This vignette shows how localModel
package can be used to explain regression models. We will use the
apartments
dataset from DALEX2
package. For more information about the dataset, please refer to the Gentle introduction to
DALEX.
We will need localModel
and DALEX2
packages. Random forest from randomForest
package will
serve as an example model, and linear regression as a simple model for
comparison.
library(DALEX)
library(localModel)
library(randomForest)
data('apartments')
data('apartments_test')
set.seed(69)
mrf <- randomForest(m2.price ~., data = apartments, ntree = 50)
mlm <- lm(m2.price ~., data = apartments)
First, we need to create an explainer object, using the
explain
function. We will explain the prediction for fifth
observation in the test dataset.
explainer <- DALEX::explain(model = mrf,
data = apartments_test[, -1])
#> Preparation of a new explainer is initiated
#> -> model label : randomForest ( default )
#> -> data : 9000 rows 5 cols
#> -> target variable : not specified! ( WARNING )
#> -> predict function : yhat.randomForest will be used ( default )
#> -> predicted values : No value for predict function target column. ( default )
#> -> model_info : package randomForest , ver. 4.7.1.2 , task regression ( default )
#> -> model_info : Model info detected regression task but 'y' is a NULL . ( WARNING )
#> -> model_info : By deafult regressions tasks supports only numercical 'y' parameter.
#> -> model_info : Consider changing to numerical vector.
#> -> model_info : Otherwise I will not be able to calculate residuals or loss function.
#> -> predicted values : numerical, min = 1996.308 , mean = 3502.832 , max = 5666.4
#> -> residual function : difference between y and yhat ( default )
#> A new explainer has been created!
explainer2 <- DALEX::explain(model = mlm,
data = apartments_test[, -1])
#> Preparation of a new explainer is initiated
#> -> model label : lm ( default )
#> -> data : 9000 rows 5 cols
#> -> target variable : not specified! ( WARNING )
#> -> predict function : yhat.lm will be used ( default )
#> -> predicted values : No value for predict function target column. ( default )
#> -> model_info : package stats , ver. 4.4.2 , task regression ( default )
#> -> model_info : Model info detected regression task but 'y' is a NULL . ( WARNING )
#> -> model_info : By deafult regressions tasks supports only numercical 'y' parameter.
#> -> model_info : Consider changing to numerical vector.
#> -> model_info : Otherwise I will not be able to calculate residuals or loss function.
#> -> predicted values : numerical, min = 1792.597 , mean = 3506.836 , max = 6241.447
#> -> residual function : difference between y and yhat ( default )
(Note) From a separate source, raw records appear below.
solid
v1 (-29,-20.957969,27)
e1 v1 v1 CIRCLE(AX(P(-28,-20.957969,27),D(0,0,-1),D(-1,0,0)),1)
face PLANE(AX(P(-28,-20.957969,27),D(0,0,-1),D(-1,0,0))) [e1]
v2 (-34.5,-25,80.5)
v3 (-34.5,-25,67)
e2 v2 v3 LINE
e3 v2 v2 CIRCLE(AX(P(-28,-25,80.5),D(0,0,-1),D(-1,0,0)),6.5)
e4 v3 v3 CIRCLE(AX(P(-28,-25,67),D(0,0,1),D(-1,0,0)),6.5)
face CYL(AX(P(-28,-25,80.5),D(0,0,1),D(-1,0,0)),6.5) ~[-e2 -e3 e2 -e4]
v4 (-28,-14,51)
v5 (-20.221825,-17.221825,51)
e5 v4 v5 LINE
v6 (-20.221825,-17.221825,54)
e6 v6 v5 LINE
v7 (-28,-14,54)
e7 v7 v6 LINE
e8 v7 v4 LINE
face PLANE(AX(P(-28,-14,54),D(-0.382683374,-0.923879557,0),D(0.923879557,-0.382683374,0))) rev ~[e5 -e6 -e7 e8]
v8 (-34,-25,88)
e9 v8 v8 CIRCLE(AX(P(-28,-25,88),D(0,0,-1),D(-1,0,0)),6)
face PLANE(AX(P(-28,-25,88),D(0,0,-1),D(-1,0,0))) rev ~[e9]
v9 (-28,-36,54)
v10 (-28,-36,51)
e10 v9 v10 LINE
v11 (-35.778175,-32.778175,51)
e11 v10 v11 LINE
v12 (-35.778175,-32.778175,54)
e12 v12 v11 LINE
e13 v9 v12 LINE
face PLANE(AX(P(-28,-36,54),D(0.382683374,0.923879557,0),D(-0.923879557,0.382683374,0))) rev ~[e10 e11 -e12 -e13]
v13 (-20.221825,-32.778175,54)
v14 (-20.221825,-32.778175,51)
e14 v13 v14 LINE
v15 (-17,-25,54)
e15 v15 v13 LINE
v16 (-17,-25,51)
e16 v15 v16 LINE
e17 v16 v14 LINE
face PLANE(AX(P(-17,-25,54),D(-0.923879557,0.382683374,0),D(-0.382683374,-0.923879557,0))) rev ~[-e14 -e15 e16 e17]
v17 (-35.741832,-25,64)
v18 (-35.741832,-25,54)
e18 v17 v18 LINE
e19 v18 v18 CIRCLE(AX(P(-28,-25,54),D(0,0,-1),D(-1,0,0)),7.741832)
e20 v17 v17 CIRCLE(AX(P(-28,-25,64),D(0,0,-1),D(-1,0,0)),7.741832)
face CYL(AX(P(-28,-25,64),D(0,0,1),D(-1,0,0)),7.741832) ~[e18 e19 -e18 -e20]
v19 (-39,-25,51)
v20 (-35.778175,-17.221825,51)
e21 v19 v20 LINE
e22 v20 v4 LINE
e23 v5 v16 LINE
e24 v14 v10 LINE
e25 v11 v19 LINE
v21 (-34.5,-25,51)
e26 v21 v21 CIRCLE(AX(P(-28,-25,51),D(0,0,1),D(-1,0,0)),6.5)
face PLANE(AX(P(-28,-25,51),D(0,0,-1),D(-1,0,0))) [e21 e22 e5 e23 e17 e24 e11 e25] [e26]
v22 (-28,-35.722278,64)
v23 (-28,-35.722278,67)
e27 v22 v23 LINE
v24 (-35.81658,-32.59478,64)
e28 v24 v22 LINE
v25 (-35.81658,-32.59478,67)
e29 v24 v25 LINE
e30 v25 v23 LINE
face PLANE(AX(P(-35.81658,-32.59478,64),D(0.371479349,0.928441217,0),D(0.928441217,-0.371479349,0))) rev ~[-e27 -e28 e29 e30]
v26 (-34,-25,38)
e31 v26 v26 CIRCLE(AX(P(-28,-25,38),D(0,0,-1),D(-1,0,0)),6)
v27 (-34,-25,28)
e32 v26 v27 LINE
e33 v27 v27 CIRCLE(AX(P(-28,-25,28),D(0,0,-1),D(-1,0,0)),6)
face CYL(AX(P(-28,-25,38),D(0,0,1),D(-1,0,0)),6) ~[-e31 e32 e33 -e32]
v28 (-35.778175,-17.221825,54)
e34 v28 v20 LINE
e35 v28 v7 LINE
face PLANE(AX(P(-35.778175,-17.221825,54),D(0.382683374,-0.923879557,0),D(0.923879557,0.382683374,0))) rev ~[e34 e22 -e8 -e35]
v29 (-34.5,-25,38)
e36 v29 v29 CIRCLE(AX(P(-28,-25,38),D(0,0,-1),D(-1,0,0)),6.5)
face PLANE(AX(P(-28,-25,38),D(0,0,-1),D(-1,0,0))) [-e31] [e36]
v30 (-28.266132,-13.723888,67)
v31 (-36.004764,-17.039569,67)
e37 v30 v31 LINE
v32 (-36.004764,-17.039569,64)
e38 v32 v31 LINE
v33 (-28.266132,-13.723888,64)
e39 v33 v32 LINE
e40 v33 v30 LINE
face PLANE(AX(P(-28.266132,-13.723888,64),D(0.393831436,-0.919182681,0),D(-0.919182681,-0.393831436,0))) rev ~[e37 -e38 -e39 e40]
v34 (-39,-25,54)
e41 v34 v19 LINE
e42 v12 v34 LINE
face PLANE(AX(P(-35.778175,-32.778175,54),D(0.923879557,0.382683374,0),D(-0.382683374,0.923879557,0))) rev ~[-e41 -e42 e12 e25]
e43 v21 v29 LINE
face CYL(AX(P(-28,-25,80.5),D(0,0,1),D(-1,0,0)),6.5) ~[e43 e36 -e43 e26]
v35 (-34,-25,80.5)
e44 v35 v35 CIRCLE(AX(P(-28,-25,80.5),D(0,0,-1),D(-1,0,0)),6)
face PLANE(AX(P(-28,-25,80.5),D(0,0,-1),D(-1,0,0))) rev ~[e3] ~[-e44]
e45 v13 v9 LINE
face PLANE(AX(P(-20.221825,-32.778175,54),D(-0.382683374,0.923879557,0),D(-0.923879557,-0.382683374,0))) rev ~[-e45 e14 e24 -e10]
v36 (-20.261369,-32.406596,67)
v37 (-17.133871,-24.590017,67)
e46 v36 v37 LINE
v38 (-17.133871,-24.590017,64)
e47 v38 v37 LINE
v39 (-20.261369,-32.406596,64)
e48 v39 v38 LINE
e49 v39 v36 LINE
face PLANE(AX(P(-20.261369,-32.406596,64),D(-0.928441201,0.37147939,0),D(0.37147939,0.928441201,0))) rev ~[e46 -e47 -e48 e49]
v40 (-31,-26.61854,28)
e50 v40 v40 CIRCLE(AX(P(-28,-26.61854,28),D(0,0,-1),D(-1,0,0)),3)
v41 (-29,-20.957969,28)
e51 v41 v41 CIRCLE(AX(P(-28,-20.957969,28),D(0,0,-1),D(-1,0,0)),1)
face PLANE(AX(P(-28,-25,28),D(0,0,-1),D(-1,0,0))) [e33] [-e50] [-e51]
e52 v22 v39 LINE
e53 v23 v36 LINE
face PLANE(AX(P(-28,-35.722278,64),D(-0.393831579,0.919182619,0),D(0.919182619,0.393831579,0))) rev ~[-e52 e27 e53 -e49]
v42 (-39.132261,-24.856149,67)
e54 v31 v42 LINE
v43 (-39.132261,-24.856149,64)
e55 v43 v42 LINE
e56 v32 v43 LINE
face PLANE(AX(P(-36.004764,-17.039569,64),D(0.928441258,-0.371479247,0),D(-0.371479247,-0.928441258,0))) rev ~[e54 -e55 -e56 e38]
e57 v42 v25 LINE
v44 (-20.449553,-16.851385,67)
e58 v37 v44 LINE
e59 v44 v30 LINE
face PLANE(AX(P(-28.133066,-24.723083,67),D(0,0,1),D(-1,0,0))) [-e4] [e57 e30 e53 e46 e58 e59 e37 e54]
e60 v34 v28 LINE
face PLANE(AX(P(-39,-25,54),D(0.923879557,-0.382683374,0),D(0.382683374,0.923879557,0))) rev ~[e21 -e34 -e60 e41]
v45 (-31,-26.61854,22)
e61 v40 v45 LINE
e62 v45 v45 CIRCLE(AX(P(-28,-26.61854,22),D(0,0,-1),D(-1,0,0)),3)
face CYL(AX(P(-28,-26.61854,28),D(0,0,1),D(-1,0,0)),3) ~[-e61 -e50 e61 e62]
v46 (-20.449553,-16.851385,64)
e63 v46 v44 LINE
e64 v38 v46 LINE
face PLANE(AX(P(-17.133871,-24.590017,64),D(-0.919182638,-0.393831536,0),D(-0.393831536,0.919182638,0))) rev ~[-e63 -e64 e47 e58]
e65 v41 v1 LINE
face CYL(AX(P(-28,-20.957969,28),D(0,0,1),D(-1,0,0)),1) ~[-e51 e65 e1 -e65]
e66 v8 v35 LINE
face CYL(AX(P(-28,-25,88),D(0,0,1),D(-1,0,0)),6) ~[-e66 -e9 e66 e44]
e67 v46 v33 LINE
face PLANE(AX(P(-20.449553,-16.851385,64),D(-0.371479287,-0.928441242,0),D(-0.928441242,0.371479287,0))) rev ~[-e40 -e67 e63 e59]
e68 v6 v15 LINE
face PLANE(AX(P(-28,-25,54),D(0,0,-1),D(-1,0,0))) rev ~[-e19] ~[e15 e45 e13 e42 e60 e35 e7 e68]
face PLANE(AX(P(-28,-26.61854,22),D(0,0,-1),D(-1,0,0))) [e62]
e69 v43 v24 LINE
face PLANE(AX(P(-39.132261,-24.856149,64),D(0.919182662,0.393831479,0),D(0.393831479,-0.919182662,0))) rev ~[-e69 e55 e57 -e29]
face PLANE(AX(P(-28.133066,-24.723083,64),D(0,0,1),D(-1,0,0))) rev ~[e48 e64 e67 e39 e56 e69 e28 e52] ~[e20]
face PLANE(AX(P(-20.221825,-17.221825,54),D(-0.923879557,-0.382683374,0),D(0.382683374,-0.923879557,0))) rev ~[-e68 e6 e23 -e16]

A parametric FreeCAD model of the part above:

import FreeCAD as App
import Part
import Sketcher
Q = App.Units.Quantity

doc = App.newDocument("Part")
body = doc.addObject("PartDesign::Body", "Body")

sketch1 = body.newObject("Sketcher::SketchObject", "Sketch")
sketch1.AttachmentSupport = (doc.getObject("XY_Plane"), [""])
sketch1.MapMode = "FlatFace"
sketch1.addGeometry(Part.Circle(App.Vector(0, 0, 0), App.Vector(0, 0, 1), 6), False)
sketch1.addConstraint([
    Sketcher.Constraint("Coincident", 0, 3, -1, 1),
    Sketcher.Constraint("Diameter", 0, Q("12 mm")),
])
pad1 = body.newObject("PartDesign::Pad", "Pad")
pad1.Profile = sketch1
pad1.Length = 7.5

sketch2 = body.newObject("Sketcher::SketchObject", "Sketch001")
sketch2.AttachmentSupport = (doc.getObject("XY_Plane"), [""])
sketch2.MapMode = "FlatFace"
sketch2.AttachmentOffset = App.Placement(App.Vector(0, 0, 7.5), App.Rotation())
sketch2.addGeometry(Part.Circle(App.Vector(0, 0, 0), App.Vector(0, 0, 1), 6), False)
sketch2.addConstraint([
    Sketcher.Constraint("Coincident", 0, 3, -1, 1),
    Sketcher.Constraint("Diameter", 0, Q("13 mm")),
])
pad2 = body.newObject("PartDesign::Pad", "Pad001")
pad2.Profile = sketch2
pad2.Length = 42.5

sketch3 = body.newObject("Sketcher::SketchObject", "Sketch002")
sketch3.AttachmentSupport = (doc.getObject("XY_Plane"), [""])
sketch3.MapMode = "FlatFace"
sketch3.AttachmentOffset = App.Placement(App.Vector(0, 0, 50), App.Rotation())
sketch3.addGeometry(Part.Circle(App.Vector(0, 0, 0), App.Vector(0, 0, 1), 6), False)
sketch3.addConstraint([
    Sketcher.Constraint("Coincident", 0, 3, -1, 1),
    Sketcher.Constraint("Diameter", 0, Q("12 mm")),
])
pad3 = body.newObject("PartDesign::Pad", "Pad002")
pad3.Profile = sketch3
pad3.Length = 10

sketch4 = body.newObject("Sketcher::SketchObject", "Sketch003")
sketch4.AttachmentSupport = (doc.getObject("XY_Plane"), [""])
sketch4.MapMode = "FlatFace"
sketch4.AttachmentOffset = App.Placement(App.Vector(0, 0, 60), App.Rotation())
sketch4.addGeometry(Part.Circle(App.Vector(0, -1.6, 0), App.Vector(0, 0, 1), 3), False)
sketch4.addConstraint([
    Sketcher.Constraint("PointOnObject", 0, 3, -2),
    Sketcher.Constraint("Diameter", 0, Q("6 mm")),
    Sketcher.Constraint("DistanceY", 0, 3, -1, 1, Q("1.61854 mm")),
])
pad4 = body.newObject("PartDesign::Pad", "Pad003")
pad4.Profile = sketch4
pad4.Length = 6

sketch5 = body.newObject("Sketcher::SketchObject", "Sketch004")
sketch5.AttachmentSupport = (doc.getObject("XY_Plane"), [""])
sketch5.MapMode = "FlatFace"
sketch5.AttachmentOffset = App.Placement(App.Vector(0, 0, 60), App.Rotation())
sketch5.addGeometry(Part.Circle(App.Vector(0, 4, 0), App.Vector(0, 0, 1), 1), False)
sketch5.addConstraint([
    Sketcher.Constraint("PointOnObject", 0, 3, -2),
    Sketcher.Constraint("Diameter", 0, Q("2 mm")),
    Sketcher.Constraint("DistanceY", -1, 1, 0, 3, Q("4.042031 mm")),
])
pad5 = body.newObject("PartDesign::Pad", "Pad004")
pad5.Profile = sketch5
pad5.Length = 1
#> A new explainer has been created!
new_observation <- apartments_test[5, -1]
new_observation
#> construction.year surface floor no.rooms district
#> 1005 1978 102 4 4 Bemowo
Local explanation is created via
individual_surrogate_model
function, which takes the
explainer, observation of interest and number of new observations to
simulate as argument. Optionally, we can set seed using the
seed
parameter for reproducibility.
model_lok <- individual_surrogate_model(explainer, new_observation,
size = 500, seed = 17)
model_lok2 <- individual_surrogate_model(explainer2, new_observation,
size = 500, seed = 17)
First, local interpretable features are created. Numerical features are discretized by using decision tree to model relationship between the feature and the corresponding Ceteris Paribus profile. Categorical features are also discretized by merging levels using the marginal relationship between the feature and the model response. Then, new dataset is simulated by switching a random number of interpretable inputs in the explained instance. This procedure mimics “graying out” areas (superpixels) in the original LIME method. LASSO regression model is fitted to the model response for these new observations, which makes the final explanations sparse and thus readable. More details can be found in the Methodology behind localModel package vignette.
The explanation can be plotted using generic plot
function. The plot shows interpretable features and weights associated
with them, starting at the model intercept. Negative weights are
associated with features that decrease the apartment price, while
positive weights increase it. We can plot explanation for two or more
models together by passing several local explainer to plot
function.
We can see that for this observation, the price predicted by Random Forest is negatively influeced mostly by the district and construction year, while linear regression ignores the effect of construction year.